(Items from a data source)

•••

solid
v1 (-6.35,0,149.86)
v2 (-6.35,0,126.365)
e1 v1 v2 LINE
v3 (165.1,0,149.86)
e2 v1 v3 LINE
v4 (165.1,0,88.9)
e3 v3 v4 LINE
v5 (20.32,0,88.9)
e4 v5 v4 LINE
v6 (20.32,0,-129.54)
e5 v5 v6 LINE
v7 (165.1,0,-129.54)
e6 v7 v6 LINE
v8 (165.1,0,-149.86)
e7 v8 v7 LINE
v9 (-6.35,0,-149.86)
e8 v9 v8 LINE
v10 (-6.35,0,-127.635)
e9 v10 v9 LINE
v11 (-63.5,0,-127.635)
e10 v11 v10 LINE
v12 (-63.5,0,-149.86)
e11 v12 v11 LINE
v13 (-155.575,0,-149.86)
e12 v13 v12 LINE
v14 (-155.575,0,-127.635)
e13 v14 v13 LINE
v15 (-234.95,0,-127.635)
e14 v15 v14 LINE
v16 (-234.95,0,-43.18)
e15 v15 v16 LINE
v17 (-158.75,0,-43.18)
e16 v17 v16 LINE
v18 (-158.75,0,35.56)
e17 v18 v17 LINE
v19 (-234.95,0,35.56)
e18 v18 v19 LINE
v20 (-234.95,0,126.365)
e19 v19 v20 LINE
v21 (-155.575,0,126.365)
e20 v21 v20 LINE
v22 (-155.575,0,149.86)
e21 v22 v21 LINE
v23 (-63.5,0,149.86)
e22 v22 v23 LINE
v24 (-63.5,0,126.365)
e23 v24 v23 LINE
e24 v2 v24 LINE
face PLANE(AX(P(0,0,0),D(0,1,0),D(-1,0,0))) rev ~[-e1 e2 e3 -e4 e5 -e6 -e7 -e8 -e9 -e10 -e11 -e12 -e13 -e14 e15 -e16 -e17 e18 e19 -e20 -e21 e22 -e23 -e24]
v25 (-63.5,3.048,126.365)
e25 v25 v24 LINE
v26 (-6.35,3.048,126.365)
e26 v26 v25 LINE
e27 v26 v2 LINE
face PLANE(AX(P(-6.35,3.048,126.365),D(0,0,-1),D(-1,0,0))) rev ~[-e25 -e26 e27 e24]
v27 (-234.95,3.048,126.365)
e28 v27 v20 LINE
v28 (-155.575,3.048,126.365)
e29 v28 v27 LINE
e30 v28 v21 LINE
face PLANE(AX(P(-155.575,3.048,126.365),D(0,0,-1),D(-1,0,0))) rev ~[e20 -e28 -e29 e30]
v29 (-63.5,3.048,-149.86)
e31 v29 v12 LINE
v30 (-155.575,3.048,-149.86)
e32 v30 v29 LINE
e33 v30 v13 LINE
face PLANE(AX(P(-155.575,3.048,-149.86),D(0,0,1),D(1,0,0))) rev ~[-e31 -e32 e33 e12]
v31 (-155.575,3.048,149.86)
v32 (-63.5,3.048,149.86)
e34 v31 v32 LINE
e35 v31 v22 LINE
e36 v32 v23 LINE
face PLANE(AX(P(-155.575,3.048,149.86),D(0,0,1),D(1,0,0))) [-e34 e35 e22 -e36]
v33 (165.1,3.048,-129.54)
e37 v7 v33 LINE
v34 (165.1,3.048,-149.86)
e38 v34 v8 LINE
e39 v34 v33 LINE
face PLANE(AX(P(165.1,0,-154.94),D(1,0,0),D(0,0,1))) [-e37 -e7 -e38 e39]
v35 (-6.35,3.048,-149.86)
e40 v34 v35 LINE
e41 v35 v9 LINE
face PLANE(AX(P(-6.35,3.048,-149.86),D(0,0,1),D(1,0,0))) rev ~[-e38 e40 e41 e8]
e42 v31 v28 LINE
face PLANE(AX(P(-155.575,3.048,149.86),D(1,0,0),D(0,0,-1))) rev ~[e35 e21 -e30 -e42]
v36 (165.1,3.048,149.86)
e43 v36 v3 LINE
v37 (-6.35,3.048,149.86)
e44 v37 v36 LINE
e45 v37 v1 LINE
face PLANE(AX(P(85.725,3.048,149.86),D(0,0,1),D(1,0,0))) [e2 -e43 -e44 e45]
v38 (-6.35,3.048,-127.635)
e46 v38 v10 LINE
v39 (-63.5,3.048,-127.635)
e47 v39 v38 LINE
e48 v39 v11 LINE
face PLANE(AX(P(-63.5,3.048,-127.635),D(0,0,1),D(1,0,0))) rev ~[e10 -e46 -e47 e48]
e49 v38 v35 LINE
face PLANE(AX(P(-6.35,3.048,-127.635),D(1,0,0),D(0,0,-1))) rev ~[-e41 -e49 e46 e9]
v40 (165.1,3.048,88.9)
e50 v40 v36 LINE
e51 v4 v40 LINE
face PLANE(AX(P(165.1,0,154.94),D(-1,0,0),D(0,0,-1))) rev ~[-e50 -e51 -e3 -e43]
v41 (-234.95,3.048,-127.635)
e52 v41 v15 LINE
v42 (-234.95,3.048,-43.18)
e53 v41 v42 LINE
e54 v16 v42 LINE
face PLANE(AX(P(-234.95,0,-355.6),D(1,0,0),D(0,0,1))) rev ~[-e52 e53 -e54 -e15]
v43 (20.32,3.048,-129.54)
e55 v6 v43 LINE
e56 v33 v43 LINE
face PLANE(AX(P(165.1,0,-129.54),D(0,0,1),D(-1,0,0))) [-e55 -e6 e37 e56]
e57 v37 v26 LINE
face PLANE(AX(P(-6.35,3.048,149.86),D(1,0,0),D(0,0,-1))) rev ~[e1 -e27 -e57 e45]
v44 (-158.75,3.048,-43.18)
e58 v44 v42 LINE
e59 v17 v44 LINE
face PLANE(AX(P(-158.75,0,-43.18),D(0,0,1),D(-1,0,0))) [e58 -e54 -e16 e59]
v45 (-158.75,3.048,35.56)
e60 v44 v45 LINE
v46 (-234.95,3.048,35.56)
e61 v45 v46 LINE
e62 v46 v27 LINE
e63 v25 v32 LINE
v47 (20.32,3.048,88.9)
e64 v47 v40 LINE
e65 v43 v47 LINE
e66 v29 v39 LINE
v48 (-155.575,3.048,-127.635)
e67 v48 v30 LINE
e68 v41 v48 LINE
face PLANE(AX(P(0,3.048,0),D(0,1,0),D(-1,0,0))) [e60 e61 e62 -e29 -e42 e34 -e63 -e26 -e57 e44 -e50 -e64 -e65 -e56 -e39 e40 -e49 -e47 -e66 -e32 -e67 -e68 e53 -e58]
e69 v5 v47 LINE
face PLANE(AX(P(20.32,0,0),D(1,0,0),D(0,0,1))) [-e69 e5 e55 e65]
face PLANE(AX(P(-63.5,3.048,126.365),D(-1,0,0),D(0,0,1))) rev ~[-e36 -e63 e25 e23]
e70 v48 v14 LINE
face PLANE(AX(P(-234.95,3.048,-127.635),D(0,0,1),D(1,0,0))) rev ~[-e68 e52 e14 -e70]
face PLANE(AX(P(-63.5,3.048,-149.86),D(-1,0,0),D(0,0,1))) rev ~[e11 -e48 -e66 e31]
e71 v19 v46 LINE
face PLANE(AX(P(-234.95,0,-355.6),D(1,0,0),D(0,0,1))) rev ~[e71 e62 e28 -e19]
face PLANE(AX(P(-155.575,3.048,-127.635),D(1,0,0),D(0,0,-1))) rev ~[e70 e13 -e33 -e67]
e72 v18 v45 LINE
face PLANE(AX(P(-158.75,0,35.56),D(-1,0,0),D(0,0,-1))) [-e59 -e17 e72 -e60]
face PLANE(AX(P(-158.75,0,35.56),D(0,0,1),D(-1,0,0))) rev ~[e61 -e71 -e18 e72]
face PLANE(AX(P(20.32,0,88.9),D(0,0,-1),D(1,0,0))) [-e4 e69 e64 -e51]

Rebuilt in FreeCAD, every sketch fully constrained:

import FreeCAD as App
import Part
import Sketcher

V = App.Vector
Q = App.Units.Quantity


def add_polygon(sketch, points):
    """Adds a closed chain of lines whose ends are joined by coincident constraints."""
    first, n = sketch.GeometryCount, len(points)
    for a, b in zip(points, points[1:] + points[:1]):
        sketch.addGeometry(Part.LineSegment(App.Vector(*a, 0), App.Vector(*b, 0)), False)
    for i in range(n):
        sketch.addConstraint(Sketcher.Constraint("Coincident", first + i, 2, first + (i + 1) % n, 1))

doc = App.newDocument("Part")
body = doc.addObject("PartDesign::Body", "Body")

# Sketch on XZ plane
sketch1 = doc.addObject("Sketcher::SketchObject", "Sketch")
body.addObject(sketch1)
sketch1.AttachmentSupport = (doc.XZ_Plane, [""])
sketch1.MapMode = "FlatFace"
add_polygon(sketch1, [(-235, -356), (-235, 356), (235, 356), (235, -356)])  # lines 0-3
sketch1.addConstraint(Sketcher.Constraint("Vertical", 0))
sketch1.addConstraint(Sketcher.Constraint("Horizontal", 1))
sketch1.addConstraint(Sketcher.Constraint("Vertical", 2))
sketch1.addConstraint(Sketcher.Constraint("Horizontal", 3))
sketch1.addConstraint(Sketcher.Constraint("Symmetric", 0, 2, 2, 2, -1, 1))
sketch1.addConstraint(Sketcher.Constraint("DistanceY", 0, 1, 0, 2, Q("28 in")))
sketch1.addConstraint(Sketcher.Constraint("DistanceX", 1, 1, 1, 2, Q("18.5 in")))
pad1 = doc.addObject("PartDesign::Pad", "Pad")
body.addObject(pad1)
pad1.Profile = sketch1
pad1.Length = Q("0.12 in")
pad1.Reversed = True

# Sketch on XZ plane
sketch2 = doc.addObject("Sketcher::SketchObject", "Sketch001")
body.addObject(sketch2)
sketch2.AttachmentSupport = (doc.XZ_Plane, [""])
sketch2.MapMode = "FlatFace"
add_polygon(sketch2, [(-118, 187), (-235, 187), (-235, 150), (-220, 150), (-220, 175), (-118, 175)])  # lines 0-5
add_polygon(sketch2, [(235, 356), (25, 356), (25, 295), (165, 155), (165, 89), (20, 89), (20, -130), (165, -130), (165, -155), (25, -295), (25, -356), (235, -356)])  # lines 6-17
add_polygon(sketch2, [(-159, 36), (-235, 36), (-235, -43), (-159, -43)])  # lines 18-21
add_polygon(sketch2, [(-220, -150), (-235, -150), (-235, -187), (-118, -187), (-118, -175), (-220, -175)])  # lines 22-27
sketch2.addConstraint(Sketcher.Constraint("Horizontal", 0))
sketch2.addConstraint(Sketcher.Constraint("Vertical", 1))
sketch2.addConstraint(Sketcher.Constraint("Horizontal", 2))
sketch2.addConstraint(Sketcher.Constraint("Vertical", 3))
sketch2.addConstraint(Sketcher.Constraint("Horizontal", 4))
sketch2.addConstraint(Sketcher.Constraint("Vertical", 5))
sketch2.addConstraint(Sketcher.Constraint("Horizontal", 6))
sketch2.addConstraint(Sketcher.Constraint("Vertical", 7))
sketch2.addConstraint(Sketcher.Constraint("Vertical", 9))
sketch2.addConstraint(Sketcher.Constraint("Horizontal", 10))
sketch2.addConstraint(Sketcher.Constraint("Vertical", 11))
sketch2.addConstraint(Sketcher.Constraint("Horizontal", 12))
sketch2.addConstraint(Sketcher.Constraint("Vertical", 13))
sketch2.addConstraint(Sketcher.Constraint("Vertical", 15))
sketch2.addConstraint(Sketcher.Constraint("Horizontal", 16))
sketch2.addConstraint(Sketcher.Constraint("Vertical", 17))
sketch2.addConstraint(Sketcher.Constraint("Horizontal", 18))
sketch2.addConstraint(Sketcher.Constraint("Vertical", 19))
sketch2.addConstraint(Sketcher.Constraint("Horizontal", 20))
sketch2.addConstraint(Sketcher.Constraint("Vertical", 21))
sketch2.addConstraint(Sketcher.Constraint("Horizontal", 22))
sketch2.addConstraint(Sketcher.Constraint("Vertical", 23))
sketch2.addConstraint(Sketcher.Constraint("Horizontal", 24))
sketch2.addConstraint(Sketcher.Constraint("Vertical", 25))
sketch2.addConstraint(Sketcher.Constraint("Horizontal", 26))
sketch2.addConstraint(Sketcher.Constraint("Vertical", 27))
sketch2.addConstraint(Sketcher.Constraint("Symmetric", 8, 2, 13, 2, -1))
sketch2.addConstraint(Sketcher.Constraint("Symmetric", 7, 2, 14, 2, -1))
sketch2.addConstraint(Sketcher.Constraint("Symmetric", 1, 2, 22, 2, -1))
sketch2.addConstraint(Sketcher.Constraint("Symmetric", 5, 2, 24, 2, -1))
sketch2.addConstraint(Sketcher.Constraint("Symmetric", 3, 2, 26, 2, -1))
sketch2.addConstraint(Sketcher.Constraint("Perpendicular", 8, 14))
sketch2.addConstraint(Sketcher.Constraint("Vertical", 1, 2, 18, 2))
sketch2.addConstraint(Sketcher.Constraint("Equal", 3, 13))
sketch2.addConstraint(Sketcher.Constraint("Equal", 7, 15))
sketch2.addConstraint(Sketcher.Constraint("DistanceX", 4, 1, 4, 2, Q("4 in")))
sketch2.addConstraint(Sketcher.Constraint("DistanceX", 18, 2, 18, 1, Q("3 in")))
sketch2.addConstraint(Sketcher.Constraint("DistanceY", 3, 1, 3, 2, Q("1 in")))
sketch2.addConstraint(Sketcher.Constraint("DistanceX", 10, 2, 10, 1, Q("5.7 in")))
sketch2.addConstraint(Sketcher.Constraint("DistanceY", 7, 2, 7, 1, Q("2.4 in")))
sketch2.addConstraint(Sketcher.Constraint("DistanceX", -1, 1, 6, 2, Q("1 in")))
sketch2.addConstraint(Sketcher.Constraint("DistanceX", 6, 2, 6, 1, Q("8.25 in")))
sketch2.addConstraint(Sketcher.Constraint("DistanceY", -1, 1, 18, 2, Q("1.4 in")))
sketch2.addConstraint(Sketcher.Constraint("DistanceY", 19, 2, -1, 1, Q("1.7 in")))
sketch2.addConstraint(Sketcher.Constraint("DistanceY", 18, 2, 1, 2, Q("4.5 in")))
sketch2.addConstraint(Sketcher.Constraint("DistanceX", 2, 2, 20, 2, Q("2.4 in")))
sketch2.addConstraint(Sketcher.Constraint("DistanceY", 17, 1, 17, 2, Q("28 in")))
sketch2.addConstraint(Sketcher.Constraint("DistanceX", 13, 2, 16, 2, Q("2.75 in")))
sketch2.addConstraint(Sketcher.Constraint("DistanceY", 9, 2, 9, 1, Q("2.6 in")))
sketch2.addConstraint(Sketcher.Constraint("DistanceY", 1, 2, 1, 1, Q("1.45 in")))
sketch2.addConstraint(Sketcher.Constraint("DistanceX", 0, 2, -1, 1, Q("9.25 in")))
pocket1 = doc.addObject("PartDesign::Pocket", "Pocket")
body.addObject(pocket1)
pocket1.Profile = sketch2
pocket1.Length = Q("0.12 in")

# Sketch on XZ plane
sketch3 = doc.addObject("Sketcher::SketchObject", "Sketch002")
body.addObject(sketch3)
sketch3.AttachmentSupport = (doc.XZ_Plane, [""])
sketch3.MapMode = "FlatFace"
add_polygon(sketch3, [(25, 330), (25, 356), (6, 356), (6, 330)])  # lines 0-3
add_polygon(sketch3, [(-102, 330), (-102, 356), (-146, 356), (-146, 330)])  # lines 4-7
add_polygon(sketch3, [(25, -356), (25, -330), (6, -330), (6, -356)])  # lines 8-11
add_polygon(sketch3, [(-146, -356), (-102, -356), (-102, -330), (-146, -330)])  # lines 12-15
sketch3.addConstraint(Sketcher.Constraint("Vertical", 0))
sketch3.addConstraint(Sketcher.Constraint("Horizontal", 1))
sketch3.addConstraint(Sketcher.Constraint("Vertical", 2))
sketch3.addConstraint(Sketcher.Constraint("Horizontal", 3))
sketch3.addConstraint(Sketcher.Constraint("Vertical", 4))
sketch3.addConstraint(Sketcher.Constraint("Horizontal", 5))
sketch3.addConstraint(Sketcher.Constraint("Vertical", 6))
sketch3.addConstraint(Sketcher.Constraint("Horizontal", 7))
sketch3.addConstraint(Sketcher.Constraint("Vertical", 8))
sketch3.addConstraint(Sketcher.Constraint("Horizontal", 9))
sketch3.addConstraint(Sketcher.Constraint("Vertical", 10))
sketch3.addConstraint(Sketcher.Constraint("Horizontal", 11))
sketch3.addConstraint(Sketcher.Constraint("Horizontal", 12))
sketch3.addConstraint(Sketcher.Constraint("Vertical", 13))
sketch3.addConstraint(Sketcher.Constraint("Horizontal", 14))
sketch3.addConstraint(Sketcher.Constraint("Vertical", 15))
sketch3.addConstraint(Sketcher.Constraint("Symmetric", 3, 2, 8, 2, -1))
sketch3.addConstraint(Sketcher.Constraint("Symmetric", 1, 2, 10, 2, -1))
sketch3.addConstraint(Sketcher.Constraint("Symmetric", 4, 2, 12, 2, -1))
sketch3.addConstraint(Sketcher.Constraint("Symmetric", 6, 2, 14, 2, -1))
sketch3.addConstraint(Sketcher.Constraint("Horizontal", 1, 2, 4, 2))
sketch3.addConstraint(Sketcher.Constraint("Horizontal", 3, 2, 6, 2))
sketch3.addConstraint(Sketcher.Constraint("DistanceY", 0, 1, 0, 2, Q("1 in")))
sketch3.addConstraint(Sketcher.Constraint("DistanceX", -1, 1, 0, 2, Q("1 in")))
sketch3.addConstraint(Sketcher.Constraint("DistanceX", 1, 2, 1, 1, Q("0.75 in")))
sketch3.addConstraint(Sketcher.Constraint("DistanceX", 5, 2, 5, 1, Q("1.75 in")))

•••

[WHAT IS BEING ASKED]:
Set down only the lines above that fall between the line holding "e52 v41 v15 LINE" and the line holding "e72 v18 v45 LINE", inclusive, keeping each exact.

[RESPONSE TO THE TASK]:
e52 v41 v15 LINE
v42 (-234.95,3.048,-43.18)
e53 v41 v42 LINE
e54 v16 v42 LINE
face PLANE(AX(P(-234.95,0,-355.6),D(1,0,0),D(0,0,1))) rev ~[-e52 e53 -e54 -e15]
v43 (20.32,3.048,-129.54)
e55 v6 v43 LINE
e56 v33 v43 LINE
face PLANE(AX(P(165.1,0,-129.54),D(0,0,1),D(-1,0,0))) [-e55 -e6 e37 e56]
e57 v37 v26 LINE
face PLANE(AX(P(-6.35,3.048,149.86),D(1,0,0),D(0,0,-1))) rev ~[e1 -e27 -e57 e45]
v44 (-158.75,3.048,-43.18)
e58 v44 v42 LINE
e59 v17 v44 LINE
face PLANE(AX(P(-158.75,0,-43.18),D(0,0,1),D(-1,0,0))) [e58 -e54 -e16 e59]
v45 (-158.75,3.048,35.56)
e60 v44 v45 LINE
v46 (-234.95,3.048,35.56)
e61 v45 v46 LINE
e62 v46 v27 LINE
e63 v25 v32 LINE
v47 (20.32,3.048,88.9)
e64 v47 v40 LINE
e65 v43 v47 LINE
e66 v29 v39 LINE
v48 (-155.575,3.048,-127.635)
e67 v48 v30 LINE
e68 v41 v48 LINE
face PLANE(AX(P(0,3.048,0),D(0,1,0),D(-1,0,0))) [e60 e61 e62 -e29 -e42 e34 -e63 -e26 -e57 e44 -e50 -e64 -e65 -e56 -e39 e40 -e49 -e47 -e66 -e32 -e67 -e68 e53 -e58]
e69 v5 v47 LINE
face PLANE(AX(P(20.32,0,0),D(1,0,0),D(0,0,1))) [-e69 e5 e55 e65]
face PLANE(AX(P(-63.5,3.048,126.365),D(-1,0,0),D(0,0,1))) rev ~[-e36 -e63 e25 e23]
e70 v48 v14 LINE
face PLANE(AX(P(-234.95,3.048,-127.635),D(0,0,1),D(1,0,0))) rev ~[-e68 e52 e14 -e70]
face PLANE(AX(P(-63.5,3.048,-149.86),D(-1,0,0),D(0,0,1))) rev ~[e11 -e48 -e66 e31]
e71 v19 v46 LINE
face PLANE(AX(P(-234.95,0,-355.6),D(1,0,0),D(0,0,1))) rev ~[e71 e62 e28 -e19]
face PLANE(AX(P(-155.575,3.048,-127.635),D(1,0,0),D(0,0,-1))) rev ~[e70 e13 -e33 -e67]
e72 v18 v45 LINE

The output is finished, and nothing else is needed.